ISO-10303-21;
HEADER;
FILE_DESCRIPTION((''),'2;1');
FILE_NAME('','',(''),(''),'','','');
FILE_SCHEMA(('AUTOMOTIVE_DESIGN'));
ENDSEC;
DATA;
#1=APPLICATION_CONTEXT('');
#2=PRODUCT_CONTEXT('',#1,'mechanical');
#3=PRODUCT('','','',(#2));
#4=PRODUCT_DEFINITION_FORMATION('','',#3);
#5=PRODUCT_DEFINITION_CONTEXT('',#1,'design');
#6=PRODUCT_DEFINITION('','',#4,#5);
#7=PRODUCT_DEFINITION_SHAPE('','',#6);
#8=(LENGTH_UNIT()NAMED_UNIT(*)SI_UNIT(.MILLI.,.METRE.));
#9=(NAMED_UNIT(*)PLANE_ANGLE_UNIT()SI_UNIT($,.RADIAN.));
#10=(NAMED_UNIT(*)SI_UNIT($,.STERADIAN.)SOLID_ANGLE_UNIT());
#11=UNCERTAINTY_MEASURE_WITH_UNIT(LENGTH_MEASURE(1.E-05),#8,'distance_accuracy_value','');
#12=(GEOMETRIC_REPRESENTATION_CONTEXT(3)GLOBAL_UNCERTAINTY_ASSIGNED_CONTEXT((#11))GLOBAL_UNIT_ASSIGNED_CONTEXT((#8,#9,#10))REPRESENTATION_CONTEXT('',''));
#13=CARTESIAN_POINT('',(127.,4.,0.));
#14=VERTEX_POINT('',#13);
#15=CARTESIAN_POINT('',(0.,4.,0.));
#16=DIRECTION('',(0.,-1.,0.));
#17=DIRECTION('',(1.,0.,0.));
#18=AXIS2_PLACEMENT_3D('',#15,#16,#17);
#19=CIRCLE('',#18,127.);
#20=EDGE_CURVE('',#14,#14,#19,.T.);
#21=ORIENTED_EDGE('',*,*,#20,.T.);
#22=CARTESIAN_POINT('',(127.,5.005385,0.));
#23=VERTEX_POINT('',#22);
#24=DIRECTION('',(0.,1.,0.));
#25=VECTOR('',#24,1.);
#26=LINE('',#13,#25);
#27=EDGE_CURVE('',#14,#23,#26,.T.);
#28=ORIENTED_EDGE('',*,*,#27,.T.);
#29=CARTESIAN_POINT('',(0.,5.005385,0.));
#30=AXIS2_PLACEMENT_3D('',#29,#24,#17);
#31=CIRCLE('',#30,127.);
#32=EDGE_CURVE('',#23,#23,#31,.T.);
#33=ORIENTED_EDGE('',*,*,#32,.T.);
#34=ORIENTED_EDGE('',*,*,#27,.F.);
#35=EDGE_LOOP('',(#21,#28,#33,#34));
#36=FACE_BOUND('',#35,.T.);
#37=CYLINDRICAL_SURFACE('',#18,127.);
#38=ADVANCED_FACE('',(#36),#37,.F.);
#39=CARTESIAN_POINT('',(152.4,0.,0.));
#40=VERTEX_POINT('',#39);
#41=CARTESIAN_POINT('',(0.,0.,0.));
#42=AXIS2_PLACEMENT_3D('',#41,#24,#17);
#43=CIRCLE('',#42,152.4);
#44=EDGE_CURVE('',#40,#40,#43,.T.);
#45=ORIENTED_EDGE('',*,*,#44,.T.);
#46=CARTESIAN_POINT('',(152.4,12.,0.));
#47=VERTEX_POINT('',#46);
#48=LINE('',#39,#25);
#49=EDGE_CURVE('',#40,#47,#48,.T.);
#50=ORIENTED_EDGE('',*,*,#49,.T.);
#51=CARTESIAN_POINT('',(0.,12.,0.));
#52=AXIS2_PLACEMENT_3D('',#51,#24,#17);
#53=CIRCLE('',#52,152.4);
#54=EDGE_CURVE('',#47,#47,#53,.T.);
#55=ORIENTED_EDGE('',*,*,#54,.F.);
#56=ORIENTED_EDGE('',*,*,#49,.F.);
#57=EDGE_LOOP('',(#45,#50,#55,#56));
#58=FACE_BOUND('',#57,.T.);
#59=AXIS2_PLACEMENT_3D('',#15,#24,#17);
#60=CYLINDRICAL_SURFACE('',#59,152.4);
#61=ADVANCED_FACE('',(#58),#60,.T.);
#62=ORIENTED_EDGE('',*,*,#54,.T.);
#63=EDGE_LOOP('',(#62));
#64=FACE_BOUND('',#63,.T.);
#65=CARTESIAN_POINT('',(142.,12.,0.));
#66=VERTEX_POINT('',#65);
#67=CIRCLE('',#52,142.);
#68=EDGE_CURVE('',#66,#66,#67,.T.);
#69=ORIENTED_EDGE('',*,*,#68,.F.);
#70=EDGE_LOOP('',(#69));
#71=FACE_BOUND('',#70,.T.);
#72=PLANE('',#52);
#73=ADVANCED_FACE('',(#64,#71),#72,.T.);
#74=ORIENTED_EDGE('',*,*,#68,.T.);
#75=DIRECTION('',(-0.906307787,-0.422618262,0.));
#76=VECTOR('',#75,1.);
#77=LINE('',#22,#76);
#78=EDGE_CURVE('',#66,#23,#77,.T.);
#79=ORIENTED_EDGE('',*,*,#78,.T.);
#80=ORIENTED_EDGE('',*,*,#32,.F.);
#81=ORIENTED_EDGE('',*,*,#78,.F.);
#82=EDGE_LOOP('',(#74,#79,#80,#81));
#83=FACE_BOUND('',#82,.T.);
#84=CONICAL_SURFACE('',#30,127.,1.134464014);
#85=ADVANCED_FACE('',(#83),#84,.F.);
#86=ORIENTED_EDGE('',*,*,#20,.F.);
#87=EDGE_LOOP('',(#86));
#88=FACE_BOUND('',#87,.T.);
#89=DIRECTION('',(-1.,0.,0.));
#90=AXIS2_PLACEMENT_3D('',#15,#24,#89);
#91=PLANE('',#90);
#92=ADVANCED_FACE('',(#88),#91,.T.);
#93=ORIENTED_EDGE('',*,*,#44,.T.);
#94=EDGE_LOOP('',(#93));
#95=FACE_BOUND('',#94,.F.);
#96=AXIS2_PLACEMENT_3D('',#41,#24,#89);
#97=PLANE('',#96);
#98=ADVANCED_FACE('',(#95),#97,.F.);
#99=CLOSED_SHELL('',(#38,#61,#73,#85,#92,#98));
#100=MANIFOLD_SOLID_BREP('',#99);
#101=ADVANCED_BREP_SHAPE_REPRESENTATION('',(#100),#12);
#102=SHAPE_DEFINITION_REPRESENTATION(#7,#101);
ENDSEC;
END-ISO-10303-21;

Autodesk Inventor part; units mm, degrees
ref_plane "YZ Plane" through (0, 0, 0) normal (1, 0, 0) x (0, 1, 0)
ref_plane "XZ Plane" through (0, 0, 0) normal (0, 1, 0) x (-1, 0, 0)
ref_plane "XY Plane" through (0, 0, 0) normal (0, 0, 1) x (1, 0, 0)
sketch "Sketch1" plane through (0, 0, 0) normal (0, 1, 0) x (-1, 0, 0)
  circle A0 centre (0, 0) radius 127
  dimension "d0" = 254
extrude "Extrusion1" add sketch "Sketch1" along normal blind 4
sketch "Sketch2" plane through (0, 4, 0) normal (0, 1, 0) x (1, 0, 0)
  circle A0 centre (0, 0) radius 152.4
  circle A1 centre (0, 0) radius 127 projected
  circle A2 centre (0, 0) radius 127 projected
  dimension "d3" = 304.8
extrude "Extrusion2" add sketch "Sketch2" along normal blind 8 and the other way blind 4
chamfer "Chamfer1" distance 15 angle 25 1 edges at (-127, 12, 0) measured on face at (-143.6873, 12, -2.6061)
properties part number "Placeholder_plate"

+---+

> Description of the task
Exactly as written, repeat each line from the beginning of the data above to the line containing "#57=EDGE_LOOP('',(#45,#50,#55,#56));", inclusive.

> Exercise response
ISO-10303-21;
HEADER;
FILE_DESCRIPTION((''),'2;1');
FILE_NAME('','',(''),(''),'','','');
FILE_SCHEMA(('AUTOMOTIVE_DESIGN'));
ENDSEC;
DATA;
#1=APPLICATION_CONTEXT('');
#2=PRODUCT_CONTEXT('',#1,'mechanical');
#3=PRODUCT('','','',(#2));
#4=PRODUCT_DEFINITION_FORMATION('','',#3);
#5=PRODUCT_DEFINITION_CONTEXT('',#1,'design');
#6=PRODUCT_DEFINITION('','',#4,#5);
#7=PRODUCT_DEFINITION_SHAPE('','',#6);
#8=(LENGTH_UNIT()NAMED_UNIT(*)SI_UNIT(.MILLI.,.METRE.));
#9=(NAMED_UNIT(*)PLANE_ANGLE_UNIT()SI_UNIT($,.RADIAN.));
#10=(NAMED_UNIT(*)SI_UNIT($,.STERADIAN.)SOLID_ANGLE_UNIT());
#11=UNCERTAINTY_MEASURE_WITH_UNIT(LENGTH_MEASURE(1.E-05),#8,'distance_accuracy_value','');
#12=(GEOMETRIC_REPRESENTATION_CONTEXT(3)GLOBAL_UNCERTAINTY_ASSIGNED_CONTEXT((#11))GLOBAL_UNIT_ASSIGNED_CONTEXT((#8,#9,#10))REPRESENTATION_CONTEXT('',''));
#13=CARTESIAN_POINT('',(127.,4.,0.));
#14=VERTEX_POINT('',#13);
#15=CARTESIAN_POINT('',(0.,4.,0.));
#16=DIRECTION('',(0.,-1.,0.));
#17=DIRECTION('',(1.,0.,0.));
#18=AXIS2_PLACEMENT_3D('',#15,#16,#17);
#19=CIRCLE('',#18,127.);
#20=EDGE_CURVE('',#14,#14,#19,.T.);
#21=ORIENTED_EDGE('',*,*,#20,.T.);
#22=CARTESIAN_POINT('',(127.,5.005385,0.));
#23=VERTEX_POINT('',#22);
#24=DIRECTION('',(0.,1.,0.));
#25=VECTOR('',#24,1.);
#26=LINE('',#13,#25);
#27=EDGE_CURVE('',#14,#23,#26,.T.);
#28=ORIENTED_EDGE('',*,*,#27,.T.);
#29=CARTESIAN_POINT('',(0.,5.005385,0.));
#30=AXIS2_PLACEMENT_3D('',#29,#24,#17);
#31=CIRCLE('',#30,127.);
#32=EDGE_CURVE('',#23,#23,#31,.T.);
#33=ORIENTED_EDGE('',*,*,#32,.T.);
#34=ORIENTED_EDGE('',*,*,#27,.F.);
#35=EDGE_LOOP('',(#21,#28,#33,#34));
#36=FACE_BOUND('',#35,.T.);
#37=CYLINDRICAL_SURFACE('',#18,127.);
#38=ADVANCED_FACE('',(#36),#37,.F.);
#39=CARTESIAN_POINT('',(152.4,0.,0.));
#40=VERTEX_POINT('',#39);
#41=CARTESIAN_POINT('',(0.,0.,0.));
#42=AXIS2_PLACEMENT_3D('',#41,#24,#17);
#43=CIRCLE('',#42,152.4);
#44=EDGE_CURVE('',#40,#40,#43,.T.);
#45=ORIENTED_EDGE('',*,*,#44,.T.);
#46=CARTESIAN_POINT('',(152.4,12.,0.));
#47=VERTEX_POINT('',#46);
#48=LINE('',#39,#25);
#49=EDGE_CURVE('',#40,#47,#48,.T.);
#50=ORIENTED_EDGE('',*,*,#49,.T.);
#51=CARTESIAN_POINT('',(0.,12.,0.));
#52=AXIS2_PLACEMENT_3D('',#51,#24,#17);
#53=CIRCLE('',#52,152.4);
#54=EDGE_CURVE('',#47,#47,#53,.T.);
#55=ORIENTED_EDGE('',*,*,#54,.F.);
#56=ORIENTED_EDGE('',*,*,#49,.F.);
#57=EDGE_LOOP('',(#45,#50,#55,#56));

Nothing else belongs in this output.